## WORK TASK
Which lines of the entries below run from the one holding "#162=ADVANCED_FACE('',(#155,#158),#161,.F.);" to the one holding "#171=ADVANCED_FACE('',(#165,#168),#170,.T.);", inclusive? Set down exactly those lines and no others.

[Dataset entries]

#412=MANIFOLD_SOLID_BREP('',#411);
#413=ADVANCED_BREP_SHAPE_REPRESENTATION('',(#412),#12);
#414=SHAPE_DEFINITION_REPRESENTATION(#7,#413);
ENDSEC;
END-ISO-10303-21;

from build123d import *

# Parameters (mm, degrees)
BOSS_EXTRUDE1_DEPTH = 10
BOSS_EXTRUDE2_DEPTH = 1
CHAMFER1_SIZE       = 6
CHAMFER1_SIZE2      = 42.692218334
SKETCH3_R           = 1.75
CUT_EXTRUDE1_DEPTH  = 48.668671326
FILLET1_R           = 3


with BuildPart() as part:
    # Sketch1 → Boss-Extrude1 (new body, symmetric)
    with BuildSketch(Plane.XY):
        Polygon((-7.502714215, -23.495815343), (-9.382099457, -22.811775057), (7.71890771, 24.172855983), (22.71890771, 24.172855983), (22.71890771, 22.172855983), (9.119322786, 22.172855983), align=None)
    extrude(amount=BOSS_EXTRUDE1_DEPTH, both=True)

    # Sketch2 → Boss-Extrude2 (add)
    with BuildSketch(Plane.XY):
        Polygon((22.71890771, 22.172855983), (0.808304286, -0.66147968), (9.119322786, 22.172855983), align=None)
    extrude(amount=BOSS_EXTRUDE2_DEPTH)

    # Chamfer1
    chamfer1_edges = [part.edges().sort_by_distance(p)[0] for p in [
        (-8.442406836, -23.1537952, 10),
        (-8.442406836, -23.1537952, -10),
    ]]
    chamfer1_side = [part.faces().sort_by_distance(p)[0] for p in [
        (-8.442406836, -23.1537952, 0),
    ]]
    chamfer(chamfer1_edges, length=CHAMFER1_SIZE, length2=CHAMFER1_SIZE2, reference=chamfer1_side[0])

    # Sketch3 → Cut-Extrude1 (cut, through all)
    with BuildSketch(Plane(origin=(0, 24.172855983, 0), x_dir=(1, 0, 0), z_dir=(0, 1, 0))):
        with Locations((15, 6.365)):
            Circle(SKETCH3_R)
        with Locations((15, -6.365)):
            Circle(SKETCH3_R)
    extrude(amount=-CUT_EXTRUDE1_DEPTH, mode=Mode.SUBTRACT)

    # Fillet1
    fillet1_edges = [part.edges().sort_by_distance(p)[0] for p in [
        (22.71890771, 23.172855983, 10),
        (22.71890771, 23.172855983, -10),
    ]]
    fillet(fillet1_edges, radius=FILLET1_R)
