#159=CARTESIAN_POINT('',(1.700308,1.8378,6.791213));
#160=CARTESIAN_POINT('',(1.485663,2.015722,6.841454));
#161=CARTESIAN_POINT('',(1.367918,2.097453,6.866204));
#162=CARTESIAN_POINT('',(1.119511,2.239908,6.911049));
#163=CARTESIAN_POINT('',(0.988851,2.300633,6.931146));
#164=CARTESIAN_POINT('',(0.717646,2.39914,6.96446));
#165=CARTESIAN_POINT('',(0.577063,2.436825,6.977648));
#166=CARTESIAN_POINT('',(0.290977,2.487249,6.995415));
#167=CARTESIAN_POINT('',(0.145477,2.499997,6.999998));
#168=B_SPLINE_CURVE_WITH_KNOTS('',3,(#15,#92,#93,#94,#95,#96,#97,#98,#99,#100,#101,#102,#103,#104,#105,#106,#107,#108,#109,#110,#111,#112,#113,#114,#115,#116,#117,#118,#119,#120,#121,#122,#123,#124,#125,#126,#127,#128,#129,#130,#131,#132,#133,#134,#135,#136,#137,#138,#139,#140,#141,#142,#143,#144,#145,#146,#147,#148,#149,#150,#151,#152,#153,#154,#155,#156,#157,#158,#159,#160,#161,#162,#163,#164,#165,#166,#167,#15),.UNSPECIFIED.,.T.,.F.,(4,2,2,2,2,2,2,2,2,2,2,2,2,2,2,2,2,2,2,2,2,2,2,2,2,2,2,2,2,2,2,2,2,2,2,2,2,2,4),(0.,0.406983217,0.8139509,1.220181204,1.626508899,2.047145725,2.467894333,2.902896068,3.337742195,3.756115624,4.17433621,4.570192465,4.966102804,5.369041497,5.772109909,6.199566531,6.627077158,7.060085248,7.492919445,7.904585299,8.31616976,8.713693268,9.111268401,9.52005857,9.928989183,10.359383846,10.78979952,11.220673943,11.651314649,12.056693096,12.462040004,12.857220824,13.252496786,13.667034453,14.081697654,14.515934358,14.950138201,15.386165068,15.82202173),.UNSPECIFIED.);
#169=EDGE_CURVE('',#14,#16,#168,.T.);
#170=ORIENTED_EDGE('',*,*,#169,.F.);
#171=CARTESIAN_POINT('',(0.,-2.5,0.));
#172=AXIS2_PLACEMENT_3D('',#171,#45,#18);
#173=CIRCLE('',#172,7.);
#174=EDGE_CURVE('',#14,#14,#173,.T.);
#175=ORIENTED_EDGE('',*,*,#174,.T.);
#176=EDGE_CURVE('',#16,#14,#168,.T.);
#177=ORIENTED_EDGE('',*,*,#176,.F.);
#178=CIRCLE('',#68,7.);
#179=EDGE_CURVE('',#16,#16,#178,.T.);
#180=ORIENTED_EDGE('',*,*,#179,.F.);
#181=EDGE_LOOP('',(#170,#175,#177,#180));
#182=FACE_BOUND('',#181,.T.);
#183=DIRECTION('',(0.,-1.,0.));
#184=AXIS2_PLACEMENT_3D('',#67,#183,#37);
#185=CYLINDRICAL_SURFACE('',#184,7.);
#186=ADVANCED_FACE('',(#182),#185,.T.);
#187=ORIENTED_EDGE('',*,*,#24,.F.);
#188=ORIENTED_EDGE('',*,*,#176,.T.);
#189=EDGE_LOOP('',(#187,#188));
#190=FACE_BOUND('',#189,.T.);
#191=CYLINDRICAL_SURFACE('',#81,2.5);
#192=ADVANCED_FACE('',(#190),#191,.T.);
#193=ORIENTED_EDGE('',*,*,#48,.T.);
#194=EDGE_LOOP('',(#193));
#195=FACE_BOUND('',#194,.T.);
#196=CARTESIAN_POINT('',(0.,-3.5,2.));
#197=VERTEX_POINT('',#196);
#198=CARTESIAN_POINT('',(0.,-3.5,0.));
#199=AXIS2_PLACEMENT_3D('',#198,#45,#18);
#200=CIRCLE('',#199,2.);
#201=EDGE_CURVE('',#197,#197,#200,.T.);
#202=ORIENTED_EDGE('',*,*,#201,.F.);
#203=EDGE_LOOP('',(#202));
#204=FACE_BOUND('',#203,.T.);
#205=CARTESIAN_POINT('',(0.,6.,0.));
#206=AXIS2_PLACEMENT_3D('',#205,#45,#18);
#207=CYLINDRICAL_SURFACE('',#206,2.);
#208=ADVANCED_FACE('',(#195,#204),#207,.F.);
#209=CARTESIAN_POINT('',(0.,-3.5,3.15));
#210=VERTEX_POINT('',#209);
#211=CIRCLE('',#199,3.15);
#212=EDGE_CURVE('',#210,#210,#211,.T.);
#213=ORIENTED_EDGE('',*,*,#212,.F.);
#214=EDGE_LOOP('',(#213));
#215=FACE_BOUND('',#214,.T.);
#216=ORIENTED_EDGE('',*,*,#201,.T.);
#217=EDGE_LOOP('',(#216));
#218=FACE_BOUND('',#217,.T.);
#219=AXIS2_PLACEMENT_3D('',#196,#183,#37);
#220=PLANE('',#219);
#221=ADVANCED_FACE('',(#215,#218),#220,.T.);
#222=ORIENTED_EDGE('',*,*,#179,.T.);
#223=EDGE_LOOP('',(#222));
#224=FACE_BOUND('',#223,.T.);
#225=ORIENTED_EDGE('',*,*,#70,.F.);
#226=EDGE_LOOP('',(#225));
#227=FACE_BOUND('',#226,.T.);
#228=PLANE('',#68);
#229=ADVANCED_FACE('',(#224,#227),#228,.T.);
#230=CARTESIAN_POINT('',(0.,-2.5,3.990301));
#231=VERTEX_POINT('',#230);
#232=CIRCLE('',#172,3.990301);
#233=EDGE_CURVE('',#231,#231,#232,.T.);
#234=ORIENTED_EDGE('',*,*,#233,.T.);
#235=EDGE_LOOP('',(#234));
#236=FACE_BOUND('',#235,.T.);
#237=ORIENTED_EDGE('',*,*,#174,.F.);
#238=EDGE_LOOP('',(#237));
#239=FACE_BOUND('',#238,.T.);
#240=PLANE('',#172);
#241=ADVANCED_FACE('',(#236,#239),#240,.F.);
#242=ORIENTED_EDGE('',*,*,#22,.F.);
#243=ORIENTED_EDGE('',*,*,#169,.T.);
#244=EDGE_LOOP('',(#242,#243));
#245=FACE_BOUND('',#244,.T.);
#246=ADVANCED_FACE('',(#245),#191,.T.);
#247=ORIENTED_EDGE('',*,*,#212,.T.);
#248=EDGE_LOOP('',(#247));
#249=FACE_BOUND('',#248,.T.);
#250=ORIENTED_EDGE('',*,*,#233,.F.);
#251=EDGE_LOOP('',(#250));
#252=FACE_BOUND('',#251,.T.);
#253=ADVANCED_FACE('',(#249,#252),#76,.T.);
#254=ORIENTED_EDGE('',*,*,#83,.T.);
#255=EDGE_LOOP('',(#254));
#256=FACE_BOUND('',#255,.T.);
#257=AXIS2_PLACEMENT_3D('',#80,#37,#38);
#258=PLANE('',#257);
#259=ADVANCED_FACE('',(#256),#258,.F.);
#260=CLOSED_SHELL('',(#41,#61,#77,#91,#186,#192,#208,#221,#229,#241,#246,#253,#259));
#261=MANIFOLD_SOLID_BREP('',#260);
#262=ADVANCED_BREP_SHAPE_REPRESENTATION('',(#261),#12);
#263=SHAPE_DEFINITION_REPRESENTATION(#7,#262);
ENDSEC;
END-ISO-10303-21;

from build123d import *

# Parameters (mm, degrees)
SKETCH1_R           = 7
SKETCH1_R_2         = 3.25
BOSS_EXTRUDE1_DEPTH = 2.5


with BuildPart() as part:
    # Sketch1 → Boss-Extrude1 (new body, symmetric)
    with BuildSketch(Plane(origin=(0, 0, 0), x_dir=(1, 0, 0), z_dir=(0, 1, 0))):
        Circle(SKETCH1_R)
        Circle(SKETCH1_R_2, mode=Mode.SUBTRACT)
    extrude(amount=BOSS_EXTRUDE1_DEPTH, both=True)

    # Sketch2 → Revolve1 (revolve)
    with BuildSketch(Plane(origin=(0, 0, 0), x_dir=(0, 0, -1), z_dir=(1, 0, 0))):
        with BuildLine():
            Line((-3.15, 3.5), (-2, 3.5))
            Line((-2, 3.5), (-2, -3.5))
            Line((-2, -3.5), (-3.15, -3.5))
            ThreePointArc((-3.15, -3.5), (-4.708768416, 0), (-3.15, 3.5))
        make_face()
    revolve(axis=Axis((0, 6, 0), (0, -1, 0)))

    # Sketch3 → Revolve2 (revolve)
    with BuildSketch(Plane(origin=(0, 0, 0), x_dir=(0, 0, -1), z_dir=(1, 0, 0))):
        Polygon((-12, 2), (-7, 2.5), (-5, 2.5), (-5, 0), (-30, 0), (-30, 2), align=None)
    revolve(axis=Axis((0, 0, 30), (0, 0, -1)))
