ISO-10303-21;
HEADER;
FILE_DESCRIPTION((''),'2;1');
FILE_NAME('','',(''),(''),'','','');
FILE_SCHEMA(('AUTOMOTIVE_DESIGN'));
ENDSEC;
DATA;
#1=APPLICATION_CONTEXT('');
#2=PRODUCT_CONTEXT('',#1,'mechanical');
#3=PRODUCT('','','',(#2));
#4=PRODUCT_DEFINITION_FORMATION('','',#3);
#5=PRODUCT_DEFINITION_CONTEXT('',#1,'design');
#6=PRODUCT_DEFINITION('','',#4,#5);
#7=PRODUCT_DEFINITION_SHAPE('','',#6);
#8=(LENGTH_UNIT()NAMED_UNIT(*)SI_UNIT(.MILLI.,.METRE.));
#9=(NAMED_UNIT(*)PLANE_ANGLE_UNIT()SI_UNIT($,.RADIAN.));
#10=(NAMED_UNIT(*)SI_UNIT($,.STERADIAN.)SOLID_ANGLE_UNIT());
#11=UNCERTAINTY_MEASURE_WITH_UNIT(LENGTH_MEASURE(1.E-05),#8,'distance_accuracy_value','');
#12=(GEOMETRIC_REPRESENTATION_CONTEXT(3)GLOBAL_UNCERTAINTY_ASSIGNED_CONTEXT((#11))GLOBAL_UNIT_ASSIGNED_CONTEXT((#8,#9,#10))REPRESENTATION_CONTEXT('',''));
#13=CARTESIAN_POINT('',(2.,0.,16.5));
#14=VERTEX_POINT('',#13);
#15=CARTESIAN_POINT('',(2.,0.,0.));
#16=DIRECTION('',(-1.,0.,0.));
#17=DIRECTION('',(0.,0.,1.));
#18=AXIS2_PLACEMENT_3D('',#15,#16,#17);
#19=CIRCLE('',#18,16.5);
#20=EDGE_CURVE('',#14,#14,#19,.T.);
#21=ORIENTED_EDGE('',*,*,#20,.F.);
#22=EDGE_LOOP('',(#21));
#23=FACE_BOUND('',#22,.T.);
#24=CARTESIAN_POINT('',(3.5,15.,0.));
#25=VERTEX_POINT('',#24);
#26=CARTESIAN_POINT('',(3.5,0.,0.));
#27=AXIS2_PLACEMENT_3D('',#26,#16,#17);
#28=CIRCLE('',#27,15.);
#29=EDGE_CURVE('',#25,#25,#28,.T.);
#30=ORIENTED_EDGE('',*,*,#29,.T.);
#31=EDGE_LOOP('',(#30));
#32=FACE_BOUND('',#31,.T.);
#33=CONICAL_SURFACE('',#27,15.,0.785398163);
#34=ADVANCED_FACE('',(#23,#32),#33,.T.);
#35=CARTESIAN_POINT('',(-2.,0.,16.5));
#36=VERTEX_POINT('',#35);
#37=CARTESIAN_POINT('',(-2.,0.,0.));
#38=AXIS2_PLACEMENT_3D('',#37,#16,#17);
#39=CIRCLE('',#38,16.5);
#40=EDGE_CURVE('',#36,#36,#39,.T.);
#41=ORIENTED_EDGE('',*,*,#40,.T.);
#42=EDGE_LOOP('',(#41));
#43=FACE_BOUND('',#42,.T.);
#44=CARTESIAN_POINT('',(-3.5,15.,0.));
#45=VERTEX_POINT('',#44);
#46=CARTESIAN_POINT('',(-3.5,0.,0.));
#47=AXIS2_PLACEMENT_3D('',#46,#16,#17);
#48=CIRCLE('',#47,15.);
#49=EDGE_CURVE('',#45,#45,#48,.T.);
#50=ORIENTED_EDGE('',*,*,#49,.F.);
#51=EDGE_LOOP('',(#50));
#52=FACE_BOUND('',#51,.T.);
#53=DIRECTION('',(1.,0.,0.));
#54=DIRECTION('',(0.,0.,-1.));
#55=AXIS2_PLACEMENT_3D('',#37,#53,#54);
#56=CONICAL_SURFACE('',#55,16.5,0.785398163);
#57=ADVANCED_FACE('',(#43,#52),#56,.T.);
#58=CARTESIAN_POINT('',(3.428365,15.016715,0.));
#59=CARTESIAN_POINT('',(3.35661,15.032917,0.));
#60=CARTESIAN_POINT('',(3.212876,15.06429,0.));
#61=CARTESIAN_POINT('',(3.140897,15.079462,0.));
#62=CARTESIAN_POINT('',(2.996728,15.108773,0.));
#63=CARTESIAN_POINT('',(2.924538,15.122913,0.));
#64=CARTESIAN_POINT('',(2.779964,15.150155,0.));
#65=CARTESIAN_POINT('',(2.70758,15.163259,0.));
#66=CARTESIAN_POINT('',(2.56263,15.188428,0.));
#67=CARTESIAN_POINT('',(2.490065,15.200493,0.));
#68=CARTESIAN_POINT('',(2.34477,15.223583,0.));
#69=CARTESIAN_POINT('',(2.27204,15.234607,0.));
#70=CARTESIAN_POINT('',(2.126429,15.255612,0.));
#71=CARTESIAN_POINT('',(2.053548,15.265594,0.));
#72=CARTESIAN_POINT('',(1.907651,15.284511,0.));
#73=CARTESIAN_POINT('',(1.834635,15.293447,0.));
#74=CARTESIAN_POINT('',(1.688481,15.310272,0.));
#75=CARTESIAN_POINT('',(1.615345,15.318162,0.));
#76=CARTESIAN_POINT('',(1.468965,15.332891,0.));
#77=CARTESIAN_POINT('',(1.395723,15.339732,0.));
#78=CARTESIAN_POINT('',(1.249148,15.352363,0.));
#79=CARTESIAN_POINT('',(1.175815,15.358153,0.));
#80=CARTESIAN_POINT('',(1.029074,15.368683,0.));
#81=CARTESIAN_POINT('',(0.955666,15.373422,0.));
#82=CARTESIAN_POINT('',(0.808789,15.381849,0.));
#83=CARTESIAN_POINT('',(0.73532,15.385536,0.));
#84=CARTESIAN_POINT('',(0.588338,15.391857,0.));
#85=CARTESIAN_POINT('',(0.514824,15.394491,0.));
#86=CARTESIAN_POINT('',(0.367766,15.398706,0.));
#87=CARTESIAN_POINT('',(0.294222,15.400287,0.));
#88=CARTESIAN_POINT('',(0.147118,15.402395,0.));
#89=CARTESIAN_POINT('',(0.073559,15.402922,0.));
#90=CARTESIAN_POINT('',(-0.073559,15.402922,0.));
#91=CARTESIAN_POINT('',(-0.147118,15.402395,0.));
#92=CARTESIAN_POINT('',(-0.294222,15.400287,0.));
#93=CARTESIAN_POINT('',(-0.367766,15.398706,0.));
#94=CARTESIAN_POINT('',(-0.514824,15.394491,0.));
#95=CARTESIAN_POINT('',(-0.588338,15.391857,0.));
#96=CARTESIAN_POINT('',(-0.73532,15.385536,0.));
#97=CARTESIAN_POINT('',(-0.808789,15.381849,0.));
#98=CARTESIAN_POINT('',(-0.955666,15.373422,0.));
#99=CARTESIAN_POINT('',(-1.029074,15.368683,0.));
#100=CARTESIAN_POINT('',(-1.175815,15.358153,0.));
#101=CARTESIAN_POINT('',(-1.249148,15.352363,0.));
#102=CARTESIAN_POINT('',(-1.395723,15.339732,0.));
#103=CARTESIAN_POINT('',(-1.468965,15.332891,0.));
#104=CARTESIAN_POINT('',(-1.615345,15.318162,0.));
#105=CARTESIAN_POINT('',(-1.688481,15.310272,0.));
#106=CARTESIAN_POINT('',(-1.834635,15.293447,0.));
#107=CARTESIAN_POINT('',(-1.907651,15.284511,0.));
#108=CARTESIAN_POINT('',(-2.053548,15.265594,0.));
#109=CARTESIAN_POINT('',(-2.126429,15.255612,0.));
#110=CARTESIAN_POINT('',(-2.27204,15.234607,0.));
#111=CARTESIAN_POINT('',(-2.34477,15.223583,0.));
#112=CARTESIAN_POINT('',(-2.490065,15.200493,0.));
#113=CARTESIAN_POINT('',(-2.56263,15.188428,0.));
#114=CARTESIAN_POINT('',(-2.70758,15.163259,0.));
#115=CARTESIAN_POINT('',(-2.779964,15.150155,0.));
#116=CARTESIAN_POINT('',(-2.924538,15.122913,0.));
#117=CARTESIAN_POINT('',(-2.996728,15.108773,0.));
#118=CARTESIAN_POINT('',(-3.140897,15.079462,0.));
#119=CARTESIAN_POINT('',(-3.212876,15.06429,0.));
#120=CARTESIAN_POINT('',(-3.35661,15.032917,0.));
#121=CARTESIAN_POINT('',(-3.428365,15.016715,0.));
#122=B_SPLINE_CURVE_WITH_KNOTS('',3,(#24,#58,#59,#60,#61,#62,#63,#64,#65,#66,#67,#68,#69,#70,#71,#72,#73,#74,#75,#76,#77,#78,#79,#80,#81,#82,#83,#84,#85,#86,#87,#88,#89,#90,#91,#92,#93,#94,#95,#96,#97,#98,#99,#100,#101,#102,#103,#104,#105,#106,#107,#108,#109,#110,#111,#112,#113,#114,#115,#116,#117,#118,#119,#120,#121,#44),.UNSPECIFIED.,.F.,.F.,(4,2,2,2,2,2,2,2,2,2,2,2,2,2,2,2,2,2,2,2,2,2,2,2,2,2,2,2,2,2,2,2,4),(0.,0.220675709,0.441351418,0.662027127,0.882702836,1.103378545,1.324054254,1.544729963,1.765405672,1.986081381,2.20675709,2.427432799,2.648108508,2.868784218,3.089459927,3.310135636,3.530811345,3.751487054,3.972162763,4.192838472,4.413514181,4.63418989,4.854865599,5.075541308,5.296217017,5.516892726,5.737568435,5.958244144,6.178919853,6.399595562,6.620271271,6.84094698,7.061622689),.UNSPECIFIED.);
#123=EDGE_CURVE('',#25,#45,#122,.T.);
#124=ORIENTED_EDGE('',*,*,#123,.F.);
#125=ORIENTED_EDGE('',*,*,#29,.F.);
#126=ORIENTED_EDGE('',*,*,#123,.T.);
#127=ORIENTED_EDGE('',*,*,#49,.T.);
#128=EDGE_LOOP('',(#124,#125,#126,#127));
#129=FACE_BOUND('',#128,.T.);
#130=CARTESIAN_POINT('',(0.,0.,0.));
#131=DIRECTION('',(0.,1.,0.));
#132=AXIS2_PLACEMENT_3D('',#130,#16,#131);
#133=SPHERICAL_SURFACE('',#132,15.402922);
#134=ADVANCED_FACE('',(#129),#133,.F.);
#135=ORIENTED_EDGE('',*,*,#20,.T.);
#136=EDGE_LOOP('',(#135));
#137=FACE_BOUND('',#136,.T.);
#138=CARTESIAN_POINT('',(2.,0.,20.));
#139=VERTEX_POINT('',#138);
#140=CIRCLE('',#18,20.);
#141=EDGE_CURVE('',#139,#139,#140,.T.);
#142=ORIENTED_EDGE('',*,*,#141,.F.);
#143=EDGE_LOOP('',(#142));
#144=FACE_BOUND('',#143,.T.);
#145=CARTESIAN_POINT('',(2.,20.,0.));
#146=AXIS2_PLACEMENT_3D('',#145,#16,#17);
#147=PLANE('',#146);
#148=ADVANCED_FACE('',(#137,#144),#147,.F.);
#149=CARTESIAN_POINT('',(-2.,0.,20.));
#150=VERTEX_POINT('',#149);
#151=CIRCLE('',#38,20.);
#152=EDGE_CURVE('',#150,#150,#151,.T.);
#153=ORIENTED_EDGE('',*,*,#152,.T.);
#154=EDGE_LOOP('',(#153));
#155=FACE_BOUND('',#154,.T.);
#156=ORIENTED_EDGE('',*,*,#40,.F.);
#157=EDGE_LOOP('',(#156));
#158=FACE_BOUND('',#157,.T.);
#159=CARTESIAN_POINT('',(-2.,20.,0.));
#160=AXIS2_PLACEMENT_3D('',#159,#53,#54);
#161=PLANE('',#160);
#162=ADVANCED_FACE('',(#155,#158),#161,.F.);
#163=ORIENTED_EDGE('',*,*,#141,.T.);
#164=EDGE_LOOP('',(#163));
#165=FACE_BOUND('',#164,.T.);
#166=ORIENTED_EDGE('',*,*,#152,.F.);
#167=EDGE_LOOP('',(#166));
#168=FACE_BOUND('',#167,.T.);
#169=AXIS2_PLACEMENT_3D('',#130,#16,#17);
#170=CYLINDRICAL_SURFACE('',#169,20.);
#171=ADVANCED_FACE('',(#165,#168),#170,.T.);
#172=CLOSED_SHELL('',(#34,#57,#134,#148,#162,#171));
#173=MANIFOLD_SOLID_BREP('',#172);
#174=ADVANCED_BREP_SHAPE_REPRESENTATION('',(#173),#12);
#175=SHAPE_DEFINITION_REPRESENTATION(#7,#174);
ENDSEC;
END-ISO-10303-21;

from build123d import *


with BuildPart() as part:
    # Esquisse1 → Base-Révolution (revolve)
    with BuildSketch(Plane.XY, mode=Mode.PRIVATE) as base_r_volution_sk:
        with BuildLine():
            Line((-2, 20), (2, 20))
            Line((2, 20), (2, 16.5))
            Line((2, 16.5), (3.5, 15))
            ThreePointArc((3.5, 15), (0, 15.402921801), (-3.5, 15))
            Line((-3.5, 15), (-2, 16.5))
            Line((-2, 16.5), (-2, 20))
        make_face()
    revolve(base_r_volution_sk.sketch.rotate(Axis((0, 0, 0), (1, 0, 0)), 90), axis=Axis((0, 0, 0), (1, 0, 0)))


solid = part.part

## SOLUTION TO THE PROBLEM
#162=ADVANCED_FACE('',(#155,#158),#161,.F.);
#163=ORIENTED_EDGE('',*,*,#141,.T.);
#164=EDGE_LOOP('',(#163));
#165=FACE_BOUND('',#164,.T.);
#166=ORIENTED_EDGE('',*,*,#152,.F.);
#167=EDGE_LOOP('',(#166));
#168=FACE_BOUND('',#167,.T.);
#169=AXIS2_PLACEMENT_3D('',#130,#16,#17);
#170=CYLINDRICAL_SURFACE('',#169,20.);
#171=ADVANCED_FACE('',(#165,#168),#170,.T.);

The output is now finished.